Dampier led a further expedition to Sharp’s refuge on a desert island in the Juan Fernandez archipelago, marooning the mutinous Alexander Selkirk. Recently, the Chilean government renamed it “Isla Robinson Crusoe” after Daniel Defoe’s groundbreaking novel, which was inspired by Selkirk’s ordeal. Charles Darwin cited Dampier’s notes about the natural world as an earlier influence on his own studies. Ringrose wrote the best account of the 1680 cruise and created remarkably accurate maps. The surgeon Wafer “went native” among the Kuna Indians, faithfully recording their customs alongside his adventures. Compared with any other ship full of sea-robbers, Sharp’s crew contained a remarkably literate and creative nucleus.
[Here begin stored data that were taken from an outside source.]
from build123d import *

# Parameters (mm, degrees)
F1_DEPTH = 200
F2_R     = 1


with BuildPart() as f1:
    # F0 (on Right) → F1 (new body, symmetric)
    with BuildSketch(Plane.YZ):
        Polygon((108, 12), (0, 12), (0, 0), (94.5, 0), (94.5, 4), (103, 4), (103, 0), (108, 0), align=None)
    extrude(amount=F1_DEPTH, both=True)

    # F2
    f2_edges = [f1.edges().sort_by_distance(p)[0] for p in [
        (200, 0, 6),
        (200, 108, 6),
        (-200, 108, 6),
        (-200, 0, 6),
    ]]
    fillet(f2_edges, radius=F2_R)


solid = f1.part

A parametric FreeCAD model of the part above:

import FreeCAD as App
import Part
import Sketcher
from FreeCAD import Vector
Q = App.Units.Quantity


def edges_at(feature, points):
    """Names of the edges that pass closest to the given points."""
    edges = feature.Shape.Edges
    near = lambda p: min(range(len(edges)), key=lambda i: edges[i].distToShape(Part.Vertex(*p))[0])
    return sorted({f"Edge{near(p) + 1}" for p in points})


def add_polygon(sketch, points):
    """Adds a closed chain of lines whose ends are joined by coincident constraints."""
    first, n = sketch.GeometryCount, len(points)
    for a, b in zip(points, points[1:] + points[:1]):
        sketch.addGeometry(Part.LineSegment(App.Vector(*a, 0), App.Vector(*b, 0)), False)
    for i in range(n):
        sketch.addConstraint(Sketcher.Constraint("Coincident", first + i, 2, first + (i + 1) % n, 1))

doc = App.newDocument("Part")
body = doc.addObject("PartDesign::Body", "Body")

sketch1 = body.newObject("Sketcher::SketchObject", "Sketch")
sketch1.AttachmentSupport = (doc.getObject("YZ_Plane"), [""])
sketch1.MapMode = "FlatFace"
add_polygon(sketch1, [(108, 12), (0, 12), (0, 0), (94.5, 0), (94.5, 4), (103, 4), (103, 0), (108, 0)])
sketch1.addConstraint(Sketcher.Constraint("Horizontal", 0))
sketch1.addConstraint(Sketcher.Constraint("Vertical", 1))
sketch1.addConstraint(Sketcher.Constraint("Horizontal", 2))
sketch1.addConstraint(Sketcher.Constraint("Vertical", 3))
sketch1.addConstraint(Sketcher.Constraint("Horizontal", 4))
sketch1.addConstraint(Sketcher.Constraint("Vertical", 5))
sketch1.addConstraint(Sketcher.Constraint("Horizontal", 6))
sketch1.addConstraint(Sketcher.Constraint("Vertical", 7))
sketch1.addConstraint(Sketcher.Constraint("Coincident", 1, 2, -1, 1))
sketch1.addConstraint(Sketcher.Constraint("PointOnObject", 5, 2, -1))
sketch1.addConstraint(Sketcher.Constraint("DistanceX", 0, 2, 0, 1, Q("108 mm")))
sketch1.addConstraint(Sketcher.Constraint("DistanceX", 6, 1, 6, 2, Q("5 mm")))
sketch1.addConstraint(Sketcher.Constraint("DistanceY", 1, 2, 1, 1, Q("12 mm")))
sketch1.addConstraint(Sketcher.Constraint("DistanceY", 3, 1, 3, 2, Q("4 mm")))
sketch1.addConstraint(Sketcher.Constraint("DistanceX", 2, 1, 2, 2, Q("94.5 mm")))
pad1 = body.newObject("PartDesign::Pad", "Pad")
pad1.Profile = sketch1
pad1.Length = 400
pad1.Midplane = True
doc.recompute()

fillet = body.newObject("PartDesign::Fillet", "Fillet")
fillet.Base = (pad1, edges_at(pad1, [
    (200, 0, 6),
    (200, 108, 6),
    (-200, 108, 6),
    (-200, 0, 6),
]))
fillet.Radius = 1

doc.recompute()
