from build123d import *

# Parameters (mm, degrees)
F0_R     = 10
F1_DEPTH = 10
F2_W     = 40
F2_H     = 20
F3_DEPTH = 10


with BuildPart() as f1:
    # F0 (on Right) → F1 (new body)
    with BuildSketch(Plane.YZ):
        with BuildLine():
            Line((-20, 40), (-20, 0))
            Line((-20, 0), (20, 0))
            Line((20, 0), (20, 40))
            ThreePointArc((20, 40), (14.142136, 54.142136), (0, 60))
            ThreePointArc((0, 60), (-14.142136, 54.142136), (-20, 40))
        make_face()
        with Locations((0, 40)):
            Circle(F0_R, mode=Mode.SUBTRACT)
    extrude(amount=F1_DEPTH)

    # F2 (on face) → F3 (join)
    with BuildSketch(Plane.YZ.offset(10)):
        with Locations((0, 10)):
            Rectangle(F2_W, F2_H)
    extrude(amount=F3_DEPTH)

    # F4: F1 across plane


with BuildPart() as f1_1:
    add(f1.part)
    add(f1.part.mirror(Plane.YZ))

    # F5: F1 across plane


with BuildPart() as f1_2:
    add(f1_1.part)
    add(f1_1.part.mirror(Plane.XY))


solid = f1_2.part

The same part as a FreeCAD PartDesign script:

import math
import FreeCAD as App
import Part
import Sketcher
from FreeCAD import Vector
Q = App.Units.Quantity


def add_polygon(sketch, points):
    """Adds a closed chain of lines whose ends are joined by coincident constraints."""
    first, n = sketch.GeometryCount, len(points)
    for a, b in zip(points, points[1:] + points[:1]):
        sketch.addGeometry(Part.LineSegment(App.Vector(*a, 0), App.Vector(*b, 0)), False)
    for i in range(n):
        sketch.addConstraint(Sketcher.Constraint("Coincident", first + i, 2, first + (i + 1) % n, 1))

doc = App.newDocument("Part")
params = doc.addObject("Spreadsheet::Sheet", "Params")
for row, (alias, value) in enumerate([
    ("sketch1_diameter", "20 mm"),
    ("sketch1_radius", "19.999999 mm"),
    ("pad1_length", "10 mm"),
    ("sketch2_width", "40 mm"),
    ("sketch2_height", "20 mm"),
    ("pad2_length", "10 mm"),
], start=1):
    params.set(f"A{row}", alias)
    params.set(f"B{row}", "=" + value)
    params.setAlias(f"B{row}", alias)

body = doc.addObject("PartDesign::Body", "Body")

# Sketch on YZ plane
sketch1 = body.newObject("Sketcher::SketchObject", "Sketch")
sketch1.AttachmentSupport = (doc.getObject("YZ_Plane"), [""])
sketch1.MapMode = "FlatFace"
sketch1.addGeometry([
    Part.LineSegment(Vector(-20, 40, 0), Vector(-20, 0, 0)),  # 0
    Part.LineSegment(Vector(-20, 0, 0), Vector(20, 0, 0)),  # 1
    Part.LineSegment(Vector(20, 0, 0), Vector(20, 40, 0)),  # 2
    Part.ArcOfCircle(Part.Circle(Vector(0.000001, 40.000001, 0), Vector(0, 0, 1), 19.999999), math.radians(-0.000004), math.radians(90.000004)),  # 3
    Part.ArcOfCircle(Part.Circle(Vector(-0.000001, 40.000001, 0), Vector(0, 0, 1), 19.999999), math.radians(89.999996), math.radians(180.000004)),  # 4
    Part.Circle(Vector(0, 40, 0), Vector(0, 0, 1), 10),  # 5
], False)
sketch1.addConstraint([
    Sketcher.Constraint("Coincident", 0, 2, 1, 1),
    Sketcher.Constraint("Coincident", 1, 2, 2, 1),
    Sketcher.Constraint("Tangent", 2, 2, 3, 1),
    Sketcher.Constraint("Tangent", 3, 2, 4, 1),
    Sketcher.Constraint("Tangent", 4, 2, 0, 1),
    Sketcher.Constraint("Vertical", 0),
    Sketcher.Constraint("Horizontal", 1),
    Sketcher.Constraint("Vertical", 2),
    Sketcher.Constraint("Coincident", 5, 3, 3, 3),
    Sketcher.Constraint("Equal", 3, 4),
    Sketcher.Constraint("Symmetric", 0, 2, 1, 2, -1, 1),
    Sketcher.Constraint("PointOnObject", 3, 2, -2),
    Sketcher.Constraint("Equal", 1, 0),
    Sketcher.Constraint("Diameter", 5, Q("20 mm")),
    Sketcher.Constraint("Radius", 3, Q("19.999999 mm")),
])
sketch1.setExpression("Constraints[13]", "Params.sketch1_diameter")
sketch1.setExpression("Constraints[14]", "Params.sketch1_radius")
pad1 = body.newObject("PartDesign::Pad", "Pad")
pad1.Profile = sketch1
pad1.setExpression("Length", "Params.pad1_length")

# Sketch on YZ plane
sketch2 = body.newObject("Sketcher::SketchObject", "Sketch001")
sketch2.AttachmentSupport = (doc.getObject("YZ_Plane"), [""])
sketch2.MapMode = "FlatFace"
sketch2.AttachmentOffset = App.Placement(Vector(0, 0, 10), App.Rotation())
add_polygon(sketch2, [(-20, 20), (-20, 0), (20, 0), (20, 20)])  # lines 0-3
sketch2.addConstraint([
    Sketcher.Constraint("Vertical", 0),
    Sketcher.Constraint("Horizontal", 1),
    Sketcher.Constraint("Vertical", 2),
    Sketcher.Constraint("Horizontal", 3),
    Sketcher.Constraint("Symmetric", 0, 2, 1, 2, -1, 1),
    Sketcher.Constraint("DistanceX", 1, 1, 1, 2, Q("40 mm")),
    Sketcher.Constraint("DistanceY", 0, 2, 0, 1, Q("20 mm")),
])
sketch2.setExpression("Constraints[9]", "Params.sketch2_width")
sketch2.setExpression("Constraints[10]", "Params.sketch2_height")
pad2 = body.newObject("PartDesign::Pad", "Pad001")
pad2.Profile = sketch2
pad2.setExpression("Length", "Params.pad2_length")
body2 = doc.addObject("PartDesign::Body", "Body001")
doc.recompute()

body2.BaseFeature = body
doc.recompute()

mirroring = doc.addObject("Part::Mirroring", "Mirroring")
mirroring.Source = body
mirroring.Base = Vector(0, 0, 0)
mirroring.Normal = Vector(1, 0, 0)
body3 = doc.addObject("PartDesign::Body", "Body002")
body3.BaseFeature = mirroring
boolean = body2.newObject("PartDesign::Boolean", "Boolean")
boolean.Type = "Fuse"
boolean.addObjects([body3])
doc.recompute()
body4 = doc.addObject("PartDesign::Body", "Body003")
doc.recompute()

body4.BaseFeature = body2
doc.recompute()

mirroring2 = doc.addObject("Part::Mirroring", "Mirroring001")
mirroring2.Source = body2
mirroring2.Base = Vector(0, 0, 0)
mirroring2.Normal = Vector(0, 0, 1)
body5 = doc.addObject("PartDesign::Body", "Body004")
body5.BaseFeature = mirroring2
boolean2 = body4.newObject("PartDesign::Boolean", "Boolean001")
boolean2.Type = "Fuse"
boolean2.addObjects([body5])
doc.recompute()
mirroring.Visibility = False
mirroring2.Visibility = False

doc.recompute()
So, what remains today of the cockney mudlark who terrorised the Spanish Main, apart from garbled myths, a colloquial phrase, children’s stories and a plaque on a remote cathedral wall? The Coquimbo football team, at the site of Sharp’s anchorage near La Serena, taunt their local rivals by wearing pirate badges on their strip. Coastal bus lines are named after his buccaneers. In England, hardly anybody has heard of him. In my opinion, he deserves a statue in his native Stepney, but nobody knows what he looked like. The hustlers who dress up as Jack Sparrow on the South Bank will have to do.